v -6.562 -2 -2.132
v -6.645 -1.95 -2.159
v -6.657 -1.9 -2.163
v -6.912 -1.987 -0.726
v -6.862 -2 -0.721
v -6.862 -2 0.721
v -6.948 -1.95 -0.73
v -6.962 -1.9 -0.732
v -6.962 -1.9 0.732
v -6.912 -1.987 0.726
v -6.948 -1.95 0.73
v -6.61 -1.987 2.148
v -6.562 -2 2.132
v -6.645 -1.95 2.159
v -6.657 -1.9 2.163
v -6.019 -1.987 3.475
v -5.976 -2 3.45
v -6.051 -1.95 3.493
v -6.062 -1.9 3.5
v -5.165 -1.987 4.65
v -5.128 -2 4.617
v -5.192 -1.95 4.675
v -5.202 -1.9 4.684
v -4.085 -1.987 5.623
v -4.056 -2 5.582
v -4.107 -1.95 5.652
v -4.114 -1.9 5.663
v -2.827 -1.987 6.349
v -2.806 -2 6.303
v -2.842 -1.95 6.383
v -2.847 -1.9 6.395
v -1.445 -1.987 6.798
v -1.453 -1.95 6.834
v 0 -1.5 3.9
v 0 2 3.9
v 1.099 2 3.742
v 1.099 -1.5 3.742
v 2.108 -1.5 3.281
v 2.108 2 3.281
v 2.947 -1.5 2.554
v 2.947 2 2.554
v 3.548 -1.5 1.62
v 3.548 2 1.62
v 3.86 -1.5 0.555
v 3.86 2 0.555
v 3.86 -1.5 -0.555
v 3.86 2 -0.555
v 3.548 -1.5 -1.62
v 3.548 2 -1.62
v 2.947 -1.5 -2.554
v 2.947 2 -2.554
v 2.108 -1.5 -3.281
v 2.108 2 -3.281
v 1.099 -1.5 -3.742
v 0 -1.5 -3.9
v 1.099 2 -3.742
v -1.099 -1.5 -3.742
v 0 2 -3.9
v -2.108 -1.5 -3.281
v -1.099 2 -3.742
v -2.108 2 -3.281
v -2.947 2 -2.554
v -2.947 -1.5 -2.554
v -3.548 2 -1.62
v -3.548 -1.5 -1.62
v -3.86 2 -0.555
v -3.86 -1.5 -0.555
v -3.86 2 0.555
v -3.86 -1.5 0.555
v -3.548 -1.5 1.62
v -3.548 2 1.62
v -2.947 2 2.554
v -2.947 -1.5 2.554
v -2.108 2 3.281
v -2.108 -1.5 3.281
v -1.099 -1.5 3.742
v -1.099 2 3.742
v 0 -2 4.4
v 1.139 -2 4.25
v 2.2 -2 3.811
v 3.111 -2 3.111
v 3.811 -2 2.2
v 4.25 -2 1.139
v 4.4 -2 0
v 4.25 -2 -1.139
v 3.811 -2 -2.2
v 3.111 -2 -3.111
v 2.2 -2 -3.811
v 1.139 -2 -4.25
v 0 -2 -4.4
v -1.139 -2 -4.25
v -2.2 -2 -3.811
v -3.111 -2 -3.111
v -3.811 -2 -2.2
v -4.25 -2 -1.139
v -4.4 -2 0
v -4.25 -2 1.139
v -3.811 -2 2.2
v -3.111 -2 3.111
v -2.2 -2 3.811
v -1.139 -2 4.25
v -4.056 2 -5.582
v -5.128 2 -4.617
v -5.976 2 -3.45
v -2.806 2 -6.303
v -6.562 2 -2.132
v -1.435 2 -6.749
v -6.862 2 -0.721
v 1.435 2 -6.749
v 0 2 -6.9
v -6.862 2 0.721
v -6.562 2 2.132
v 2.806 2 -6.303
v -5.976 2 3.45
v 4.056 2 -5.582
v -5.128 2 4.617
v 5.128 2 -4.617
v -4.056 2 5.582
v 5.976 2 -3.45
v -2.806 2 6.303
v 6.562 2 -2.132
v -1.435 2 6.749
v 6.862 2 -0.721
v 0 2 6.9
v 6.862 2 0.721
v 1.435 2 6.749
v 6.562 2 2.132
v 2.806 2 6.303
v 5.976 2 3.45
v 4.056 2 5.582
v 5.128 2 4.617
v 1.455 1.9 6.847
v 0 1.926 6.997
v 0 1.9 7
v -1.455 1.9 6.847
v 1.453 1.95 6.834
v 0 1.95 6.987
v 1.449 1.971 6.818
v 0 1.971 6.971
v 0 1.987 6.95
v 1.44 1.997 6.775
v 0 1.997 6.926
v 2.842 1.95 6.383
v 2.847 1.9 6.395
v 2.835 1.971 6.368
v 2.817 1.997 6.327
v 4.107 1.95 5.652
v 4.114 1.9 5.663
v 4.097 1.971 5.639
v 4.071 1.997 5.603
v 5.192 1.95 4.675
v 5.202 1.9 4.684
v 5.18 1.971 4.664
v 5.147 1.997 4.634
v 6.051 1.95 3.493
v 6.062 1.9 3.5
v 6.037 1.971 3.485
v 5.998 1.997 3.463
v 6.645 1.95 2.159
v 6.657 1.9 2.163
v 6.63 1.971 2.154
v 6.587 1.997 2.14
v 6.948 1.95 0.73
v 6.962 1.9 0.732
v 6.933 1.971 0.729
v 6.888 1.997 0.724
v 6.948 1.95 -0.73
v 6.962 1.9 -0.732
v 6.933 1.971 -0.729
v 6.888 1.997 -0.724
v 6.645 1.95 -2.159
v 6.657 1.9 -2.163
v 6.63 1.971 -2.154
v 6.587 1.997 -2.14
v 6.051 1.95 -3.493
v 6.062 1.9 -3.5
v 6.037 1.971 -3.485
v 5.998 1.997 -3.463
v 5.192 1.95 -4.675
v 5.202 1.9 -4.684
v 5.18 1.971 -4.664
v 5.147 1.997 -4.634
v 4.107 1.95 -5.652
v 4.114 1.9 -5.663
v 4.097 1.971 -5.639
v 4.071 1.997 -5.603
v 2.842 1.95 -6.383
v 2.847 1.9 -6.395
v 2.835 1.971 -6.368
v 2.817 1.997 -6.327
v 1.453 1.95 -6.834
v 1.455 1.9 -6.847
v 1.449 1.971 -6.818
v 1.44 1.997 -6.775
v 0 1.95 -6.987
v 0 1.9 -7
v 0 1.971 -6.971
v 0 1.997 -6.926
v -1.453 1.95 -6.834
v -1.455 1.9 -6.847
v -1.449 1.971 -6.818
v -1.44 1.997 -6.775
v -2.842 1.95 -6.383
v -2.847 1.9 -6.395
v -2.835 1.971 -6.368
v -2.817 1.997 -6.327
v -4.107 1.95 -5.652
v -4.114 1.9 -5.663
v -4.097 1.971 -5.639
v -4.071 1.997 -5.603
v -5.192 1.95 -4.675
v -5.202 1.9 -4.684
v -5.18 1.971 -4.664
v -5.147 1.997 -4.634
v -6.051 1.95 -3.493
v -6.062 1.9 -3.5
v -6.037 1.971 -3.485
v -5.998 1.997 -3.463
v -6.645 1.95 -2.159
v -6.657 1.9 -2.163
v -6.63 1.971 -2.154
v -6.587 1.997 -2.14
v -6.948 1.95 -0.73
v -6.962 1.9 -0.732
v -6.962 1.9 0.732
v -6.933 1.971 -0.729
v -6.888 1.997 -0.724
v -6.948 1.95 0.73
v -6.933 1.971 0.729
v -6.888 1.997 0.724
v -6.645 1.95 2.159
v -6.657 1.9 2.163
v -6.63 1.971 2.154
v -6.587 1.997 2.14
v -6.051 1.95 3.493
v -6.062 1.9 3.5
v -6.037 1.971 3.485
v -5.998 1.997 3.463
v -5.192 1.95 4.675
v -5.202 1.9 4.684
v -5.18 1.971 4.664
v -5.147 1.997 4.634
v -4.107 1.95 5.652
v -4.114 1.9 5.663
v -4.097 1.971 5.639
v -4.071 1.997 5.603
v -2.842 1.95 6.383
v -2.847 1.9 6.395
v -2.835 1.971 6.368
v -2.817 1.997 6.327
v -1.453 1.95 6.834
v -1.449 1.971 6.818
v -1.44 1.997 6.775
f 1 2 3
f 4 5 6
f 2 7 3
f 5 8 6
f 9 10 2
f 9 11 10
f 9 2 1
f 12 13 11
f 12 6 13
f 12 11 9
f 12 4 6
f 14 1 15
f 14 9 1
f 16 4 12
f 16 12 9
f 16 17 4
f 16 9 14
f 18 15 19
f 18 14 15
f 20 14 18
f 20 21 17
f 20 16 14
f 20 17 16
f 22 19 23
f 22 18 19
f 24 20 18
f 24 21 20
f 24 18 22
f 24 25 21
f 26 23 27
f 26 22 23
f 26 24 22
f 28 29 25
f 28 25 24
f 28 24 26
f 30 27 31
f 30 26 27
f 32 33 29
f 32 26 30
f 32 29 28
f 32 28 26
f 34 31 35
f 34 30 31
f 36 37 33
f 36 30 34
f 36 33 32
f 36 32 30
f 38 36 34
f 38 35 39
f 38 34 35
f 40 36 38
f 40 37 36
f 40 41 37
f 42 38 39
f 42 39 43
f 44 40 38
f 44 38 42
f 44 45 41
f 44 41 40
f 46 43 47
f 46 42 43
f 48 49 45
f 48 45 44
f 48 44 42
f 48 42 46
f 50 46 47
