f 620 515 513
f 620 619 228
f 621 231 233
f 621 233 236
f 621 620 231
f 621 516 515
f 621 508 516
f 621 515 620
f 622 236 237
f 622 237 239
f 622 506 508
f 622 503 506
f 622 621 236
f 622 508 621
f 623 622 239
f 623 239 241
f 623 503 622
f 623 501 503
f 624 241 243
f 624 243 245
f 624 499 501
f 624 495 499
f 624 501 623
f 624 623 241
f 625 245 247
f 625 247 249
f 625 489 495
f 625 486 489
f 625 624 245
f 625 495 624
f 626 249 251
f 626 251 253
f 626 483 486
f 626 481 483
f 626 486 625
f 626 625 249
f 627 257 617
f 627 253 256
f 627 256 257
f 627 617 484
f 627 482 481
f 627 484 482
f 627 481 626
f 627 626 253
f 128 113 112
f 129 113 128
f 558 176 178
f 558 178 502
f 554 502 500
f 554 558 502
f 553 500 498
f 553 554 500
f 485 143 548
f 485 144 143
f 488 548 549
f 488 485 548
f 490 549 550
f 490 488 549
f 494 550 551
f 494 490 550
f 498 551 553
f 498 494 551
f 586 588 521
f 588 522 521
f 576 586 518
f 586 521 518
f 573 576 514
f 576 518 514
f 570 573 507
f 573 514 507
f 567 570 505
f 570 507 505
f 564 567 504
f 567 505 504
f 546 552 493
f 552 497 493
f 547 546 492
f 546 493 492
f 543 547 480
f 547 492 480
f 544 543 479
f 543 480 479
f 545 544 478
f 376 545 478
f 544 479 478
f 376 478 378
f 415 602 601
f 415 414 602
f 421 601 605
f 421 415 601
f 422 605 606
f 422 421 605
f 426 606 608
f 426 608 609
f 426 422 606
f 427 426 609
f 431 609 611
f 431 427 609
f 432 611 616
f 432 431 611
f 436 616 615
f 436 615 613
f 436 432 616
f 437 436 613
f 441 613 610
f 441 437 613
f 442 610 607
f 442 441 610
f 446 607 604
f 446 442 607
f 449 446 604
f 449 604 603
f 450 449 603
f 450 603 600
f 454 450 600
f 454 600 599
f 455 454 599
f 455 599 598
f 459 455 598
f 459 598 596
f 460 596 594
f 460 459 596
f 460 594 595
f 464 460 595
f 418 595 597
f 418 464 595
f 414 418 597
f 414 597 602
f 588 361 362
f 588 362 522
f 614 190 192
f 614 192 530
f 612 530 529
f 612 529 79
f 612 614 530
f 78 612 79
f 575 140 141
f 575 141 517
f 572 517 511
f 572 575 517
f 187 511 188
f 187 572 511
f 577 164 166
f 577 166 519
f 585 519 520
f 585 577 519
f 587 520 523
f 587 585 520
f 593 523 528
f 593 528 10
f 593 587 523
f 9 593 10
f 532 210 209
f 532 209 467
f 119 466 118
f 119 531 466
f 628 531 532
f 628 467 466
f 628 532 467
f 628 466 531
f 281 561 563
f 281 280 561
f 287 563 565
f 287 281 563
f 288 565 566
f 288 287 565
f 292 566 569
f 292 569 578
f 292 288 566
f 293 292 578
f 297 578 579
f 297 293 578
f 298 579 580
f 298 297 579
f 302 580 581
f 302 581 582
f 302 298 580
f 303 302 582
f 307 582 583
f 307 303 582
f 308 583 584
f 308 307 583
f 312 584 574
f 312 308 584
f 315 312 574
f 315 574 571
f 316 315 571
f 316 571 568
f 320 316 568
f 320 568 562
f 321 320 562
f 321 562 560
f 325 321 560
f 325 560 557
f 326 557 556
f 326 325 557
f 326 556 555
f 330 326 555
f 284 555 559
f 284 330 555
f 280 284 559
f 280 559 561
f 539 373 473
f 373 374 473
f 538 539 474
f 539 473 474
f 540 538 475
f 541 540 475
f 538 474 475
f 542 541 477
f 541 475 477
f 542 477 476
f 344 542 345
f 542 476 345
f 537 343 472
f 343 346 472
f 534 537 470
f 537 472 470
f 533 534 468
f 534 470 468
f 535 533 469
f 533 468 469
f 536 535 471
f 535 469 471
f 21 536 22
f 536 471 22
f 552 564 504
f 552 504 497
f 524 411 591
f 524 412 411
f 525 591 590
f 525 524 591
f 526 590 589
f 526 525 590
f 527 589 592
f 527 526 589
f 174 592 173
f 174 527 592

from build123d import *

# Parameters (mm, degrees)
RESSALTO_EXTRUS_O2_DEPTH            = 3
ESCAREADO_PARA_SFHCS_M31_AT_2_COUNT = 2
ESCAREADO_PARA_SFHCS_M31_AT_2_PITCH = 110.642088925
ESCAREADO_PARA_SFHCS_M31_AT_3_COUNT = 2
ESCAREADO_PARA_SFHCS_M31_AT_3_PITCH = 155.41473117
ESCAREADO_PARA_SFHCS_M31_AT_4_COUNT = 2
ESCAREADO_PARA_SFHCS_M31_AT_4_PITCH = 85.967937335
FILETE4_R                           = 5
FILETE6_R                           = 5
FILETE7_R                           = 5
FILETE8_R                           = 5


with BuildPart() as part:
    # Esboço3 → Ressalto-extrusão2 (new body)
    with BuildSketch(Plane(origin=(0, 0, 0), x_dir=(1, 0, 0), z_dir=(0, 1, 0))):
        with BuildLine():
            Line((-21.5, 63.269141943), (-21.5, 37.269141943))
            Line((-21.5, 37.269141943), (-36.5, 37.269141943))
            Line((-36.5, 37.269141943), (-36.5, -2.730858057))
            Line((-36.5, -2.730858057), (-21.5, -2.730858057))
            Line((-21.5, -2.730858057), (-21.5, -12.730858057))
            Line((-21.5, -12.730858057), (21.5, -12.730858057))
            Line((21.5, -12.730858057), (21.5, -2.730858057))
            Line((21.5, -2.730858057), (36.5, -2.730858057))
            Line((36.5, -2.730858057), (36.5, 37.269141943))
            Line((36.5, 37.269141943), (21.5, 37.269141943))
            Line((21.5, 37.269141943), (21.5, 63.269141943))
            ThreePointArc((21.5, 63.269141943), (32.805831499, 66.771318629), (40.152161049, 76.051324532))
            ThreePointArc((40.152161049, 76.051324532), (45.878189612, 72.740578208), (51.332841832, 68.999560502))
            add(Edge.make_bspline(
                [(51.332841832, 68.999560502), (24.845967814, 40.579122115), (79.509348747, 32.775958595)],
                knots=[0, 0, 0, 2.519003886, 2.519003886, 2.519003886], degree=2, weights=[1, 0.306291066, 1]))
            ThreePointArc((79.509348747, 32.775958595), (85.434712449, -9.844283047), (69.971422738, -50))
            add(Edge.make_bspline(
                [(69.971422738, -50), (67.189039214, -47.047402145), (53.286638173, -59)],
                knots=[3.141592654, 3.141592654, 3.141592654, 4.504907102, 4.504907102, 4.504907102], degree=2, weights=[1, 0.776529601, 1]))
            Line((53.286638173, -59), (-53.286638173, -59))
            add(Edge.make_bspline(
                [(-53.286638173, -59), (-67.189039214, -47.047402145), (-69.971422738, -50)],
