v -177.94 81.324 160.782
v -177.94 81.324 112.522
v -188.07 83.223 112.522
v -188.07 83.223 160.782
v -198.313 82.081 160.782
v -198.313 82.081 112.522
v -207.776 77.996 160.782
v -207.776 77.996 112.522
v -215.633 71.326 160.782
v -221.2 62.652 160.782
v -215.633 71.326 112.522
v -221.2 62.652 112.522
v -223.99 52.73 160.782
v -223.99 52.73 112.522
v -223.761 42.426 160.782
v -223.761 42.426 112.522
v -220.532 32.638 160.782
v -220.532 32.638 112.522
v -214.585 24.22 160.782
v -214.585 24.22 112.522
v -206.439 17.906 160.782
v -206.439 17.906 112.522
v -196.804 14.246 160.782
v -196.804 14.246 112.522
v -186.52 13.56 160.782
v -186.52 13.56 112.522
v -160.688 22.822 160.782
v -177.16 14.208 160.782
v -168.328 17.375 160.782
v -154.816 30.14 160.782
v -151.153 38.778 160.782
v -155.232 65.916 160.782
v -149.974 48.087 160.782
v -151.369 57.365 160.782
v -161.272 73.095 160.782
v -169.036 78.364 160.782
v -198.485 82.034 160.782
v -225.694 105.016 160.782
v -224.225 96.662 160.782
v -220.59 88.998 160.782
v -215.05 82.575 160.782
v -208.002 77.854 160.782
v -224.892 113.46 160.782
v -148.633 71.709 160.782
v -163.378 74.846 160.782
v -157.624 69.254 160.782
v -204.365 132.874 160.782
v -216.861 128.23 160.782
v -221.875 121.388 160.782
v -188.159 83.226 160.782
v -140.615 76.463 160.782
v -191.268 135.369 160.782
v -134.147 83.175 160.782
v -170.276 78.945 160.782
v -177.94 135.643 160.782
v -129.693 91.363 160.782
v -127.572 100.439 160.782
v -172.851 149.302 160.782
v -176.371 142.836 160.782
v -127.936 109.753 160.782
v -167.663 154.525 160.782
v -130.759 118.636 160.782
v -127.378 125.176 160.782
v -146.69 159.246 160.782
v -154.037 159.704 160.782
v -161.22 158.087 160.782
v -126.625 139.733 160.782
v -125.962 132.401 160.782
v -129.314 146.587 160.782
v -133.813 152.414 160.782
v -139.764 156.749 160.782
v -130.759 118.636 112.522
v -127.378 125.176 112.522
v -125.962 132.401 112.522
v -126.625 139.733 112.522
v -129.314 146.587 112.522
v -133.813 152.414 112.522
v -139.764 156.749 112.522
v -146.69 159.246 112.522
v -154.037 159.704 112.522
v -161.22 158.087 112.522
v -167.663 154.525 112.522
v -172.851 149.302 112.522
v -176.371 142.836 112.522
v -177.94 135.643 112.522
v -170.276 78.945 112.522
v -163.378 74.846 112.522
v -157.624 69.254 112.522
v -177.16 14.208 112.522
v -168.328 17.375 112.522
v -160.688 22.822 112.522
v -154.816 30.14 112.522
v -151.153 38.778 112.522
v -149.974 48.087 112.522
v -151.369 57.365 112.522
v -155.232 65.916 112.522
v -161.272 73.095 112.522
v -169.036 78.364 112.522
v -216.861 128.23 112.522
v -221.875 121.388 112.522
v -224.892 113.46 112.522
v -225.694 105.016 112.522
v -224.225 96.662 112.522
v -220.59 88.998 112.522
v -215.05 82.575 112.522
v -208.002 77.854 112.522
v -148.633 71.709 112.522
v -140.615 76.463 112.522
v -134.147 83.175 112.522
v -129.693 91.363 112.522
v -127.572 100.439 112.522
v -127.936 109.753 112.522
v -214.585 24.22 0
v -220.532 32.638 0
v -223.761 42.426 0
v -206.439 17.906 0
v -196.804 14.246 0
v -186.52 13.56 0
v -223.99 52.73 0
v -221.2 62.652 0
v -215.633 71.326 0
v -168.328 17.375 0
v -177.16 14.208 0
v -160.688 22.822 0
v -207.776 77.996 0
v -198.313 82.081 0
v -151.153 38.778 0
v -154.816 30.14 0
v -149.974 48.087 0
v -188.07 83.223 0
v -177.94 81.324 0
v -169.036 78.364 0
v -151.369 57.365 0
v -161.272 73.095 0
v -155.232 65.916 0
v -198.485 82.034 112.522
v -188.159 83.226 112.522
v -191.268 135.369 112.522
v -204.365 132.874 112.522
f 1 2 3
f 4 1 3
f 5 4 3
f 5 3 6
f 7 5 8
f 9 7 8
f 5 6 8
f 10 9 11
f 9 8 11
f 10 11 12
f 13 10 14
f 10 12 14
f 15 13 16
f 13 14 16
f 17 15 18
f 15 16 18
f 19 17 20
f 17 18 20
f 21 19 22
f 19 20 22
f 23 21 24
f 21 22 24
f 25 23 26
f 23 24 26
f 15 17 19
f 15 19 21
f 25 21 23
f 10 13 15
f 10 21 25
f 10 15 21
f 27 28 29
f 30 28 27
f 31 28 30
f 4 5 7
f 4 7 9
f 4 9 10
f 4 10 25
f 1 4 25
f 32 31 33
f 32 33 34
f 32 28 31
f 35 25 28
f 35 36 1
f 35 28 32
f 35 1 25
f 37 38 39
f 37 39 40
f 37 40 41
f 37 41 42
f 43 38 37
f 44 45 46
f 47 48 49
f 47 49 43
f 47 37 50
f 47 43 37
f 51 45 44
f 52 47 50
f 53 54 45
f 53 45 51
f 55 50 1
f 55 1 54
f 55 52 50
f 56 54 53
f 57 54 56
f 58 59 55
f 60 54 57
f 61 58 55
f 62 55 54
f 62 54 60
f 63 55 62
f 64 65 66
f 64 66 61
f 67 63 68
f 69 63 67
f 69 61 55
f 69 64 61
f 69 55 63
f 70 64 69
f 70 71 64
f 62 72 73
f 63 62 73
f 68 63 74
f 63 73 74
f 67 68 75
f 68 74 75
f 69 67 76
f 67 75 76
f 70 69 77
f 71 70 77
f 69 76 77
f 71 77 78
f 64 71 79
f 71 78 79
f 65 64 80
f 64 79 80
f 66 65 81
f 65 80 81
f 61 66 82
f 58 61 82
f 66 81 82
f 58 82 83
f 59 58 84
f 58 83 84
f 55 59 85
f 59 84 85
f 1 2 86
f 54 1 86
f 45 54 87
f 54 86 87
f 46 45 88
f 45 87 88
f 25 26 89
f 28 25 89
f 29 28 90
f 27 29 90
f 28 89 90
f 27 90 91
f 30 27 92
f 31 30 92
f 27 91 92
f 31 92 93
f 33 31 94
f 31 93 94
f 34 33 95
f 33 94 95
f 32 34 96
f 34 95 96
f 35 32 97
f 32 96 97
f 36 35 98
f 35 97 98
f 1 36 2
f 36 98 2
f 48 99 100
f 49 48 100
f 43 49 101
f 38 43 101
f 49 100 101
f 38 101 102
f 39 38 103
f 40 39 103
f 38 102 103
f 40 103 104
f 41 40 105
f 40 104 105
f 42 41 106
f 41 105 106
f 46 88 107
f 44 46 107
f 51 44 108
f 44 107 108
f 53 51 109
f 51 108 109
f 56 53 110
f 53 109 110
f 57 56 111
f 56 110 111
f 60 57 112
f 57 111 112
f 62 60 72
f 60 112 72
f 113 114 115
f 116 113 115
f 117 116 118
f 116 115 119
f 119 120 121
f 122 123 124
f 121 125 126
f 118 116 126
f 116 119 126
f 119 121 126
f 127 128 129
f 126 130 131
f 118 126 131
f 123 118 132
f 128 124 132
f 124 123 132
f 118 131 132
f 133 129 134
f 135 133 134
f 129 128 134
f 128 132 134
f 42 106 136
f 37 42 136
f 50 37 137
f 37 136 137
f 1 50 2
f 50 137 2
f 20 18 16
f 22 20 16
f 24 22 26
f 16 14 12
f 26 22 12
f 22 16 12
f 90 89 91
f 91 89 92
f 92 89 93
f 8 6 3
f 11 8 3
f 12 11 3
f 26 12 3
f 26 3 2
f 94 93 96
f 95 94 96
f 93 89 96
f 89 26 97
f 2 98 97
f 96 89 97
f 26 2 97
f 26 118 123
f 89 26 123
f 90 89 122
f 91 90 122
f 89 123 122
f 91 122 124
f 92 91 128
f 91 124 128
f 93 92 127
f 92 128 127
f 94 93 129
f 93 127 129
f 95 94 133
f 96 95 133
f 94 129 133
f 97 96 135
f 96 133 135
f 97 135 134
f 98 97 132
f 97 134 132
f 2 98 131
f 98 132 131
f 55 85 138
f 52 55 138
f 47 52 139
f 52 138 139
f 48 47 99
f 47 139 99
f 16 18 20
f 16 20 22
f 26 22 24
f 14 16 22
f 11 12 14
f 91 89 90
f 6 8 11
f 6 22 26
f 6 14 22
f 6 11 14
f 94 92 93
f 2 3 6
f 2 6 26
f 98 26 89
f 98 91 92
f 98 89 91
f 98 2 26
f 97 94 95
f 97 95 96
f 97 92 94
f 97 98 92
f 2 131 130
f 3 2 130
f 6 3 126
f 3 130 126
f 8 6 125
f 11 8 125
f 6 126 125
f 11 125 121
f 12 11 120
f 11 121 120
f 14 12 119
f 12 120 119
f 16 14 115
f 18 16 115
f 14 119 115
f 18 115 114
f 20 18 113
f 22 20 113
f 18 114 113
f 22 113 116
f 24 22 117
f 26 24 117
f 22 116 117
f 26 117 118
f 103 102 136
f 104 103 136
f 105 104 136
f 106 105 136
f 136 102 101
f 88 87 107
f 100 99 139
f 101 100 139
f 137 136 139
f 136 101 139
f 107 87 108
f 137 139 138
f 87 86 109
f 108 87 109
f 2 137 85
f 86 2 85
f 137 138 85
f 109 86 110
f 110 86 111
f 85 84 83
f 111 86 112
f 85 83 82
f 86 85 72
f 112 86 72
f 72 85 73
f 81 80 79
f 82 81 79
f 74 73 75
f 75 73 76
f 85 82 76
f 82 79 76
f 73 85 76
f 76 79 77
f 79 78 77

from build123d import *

# Parameters (mm, degrees)
F1_DEPTH = 112.522
F3_DEPTH = 48.26
F4_DEPTH = 48.26


with BuildPart() as f1:
    # F0 (on Top) → F1 (new body)
    with BuildSketch(Plane.XY):
        with BuildLine():
            ThreePointArc((-177.939728, 81.324257), (-223.989874, 52.7299), (-186.520085, 13.560166))
            ThreePointArc((-186.520085, 13.560166), (-150.242543, 43.391939), (-177.939728, 81.324257))
        make_face()
    extrude(amount=F1_DEPTH)


with BuildPart() as f3:
    # F2 (on face) → F3 (new body)
    with BuildSketch(Plane.XY.offset(112.522)):
        with BuildLine():
            ThreePointArc((-177.939728, 135.642707), (-197.8688, 134.396175), (-216.860801, 128.229678))
            ThreePointArc((-216.860801, 128.229678), (-225.24105, 100.789456), (-208.002408, 77.854252))
            ThreePointArc((-208.002408, 77.854252), (-193.36672, 83.01702), (-177.939728, 81.324257))
            ThreePointArc((-177.939728, 81.324257), (-166.706672, 77.098805), (-157.624315, 69.253629))
            ThreePointArc((-157.624315, 69.253629), (-131.644741, 87.119177), (-130.759016, 118.63634))
            ThreePointArc((-130.759016, 118.63634), (-143.137888, 158.243508), (-177.939728, 135.642707))
        make_face()
    extrude(amount=F3_DEPTH)


with BuildPart() as f4:
    # F1_face (on face) → F4 (new body)
    with BuildSketch(Plane(origin=(-187.218668, 48.073893, 112.522), x_dir=(1, 0, 0), z_dir=(0, 0, 1))):
        with BuildLine():
            ThreePointArc((0.698583, -34.513728), (36.976125, -4.681954), (9.27894, 33.250364))
            ThreePointArc((9.27894, 33.250364), (-36.771206, 4.656007), (0.698583, -34.513728))
        make_face()
    extrude(amount=F4_DEPTH)


solid = Compound([f1.part, f3.part, f4.part])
------------
#### THE PROBLEM
Using the data above, extract exactly the lines from the one that holds "f 627 253 256" to the one that holds "f 494 550 551", both ends included, and no others.

#### RESULT
f 627 253 256
f 627 256 257
f 627 617 484
f 627 482 481
f 627 484 482
f 627 481 626
f 627 626 253
f 128 113 112
f 129 113 128
f 558 176 178
f 558 178 502
f 554 502 500
f 554 558 502
f 553 500 498
f 553 554 500
f 485 143 548
f 485 144 143
f 488 548 549
f 488 485 548
f 490 549 550
f 490 488 549
f 494 550 551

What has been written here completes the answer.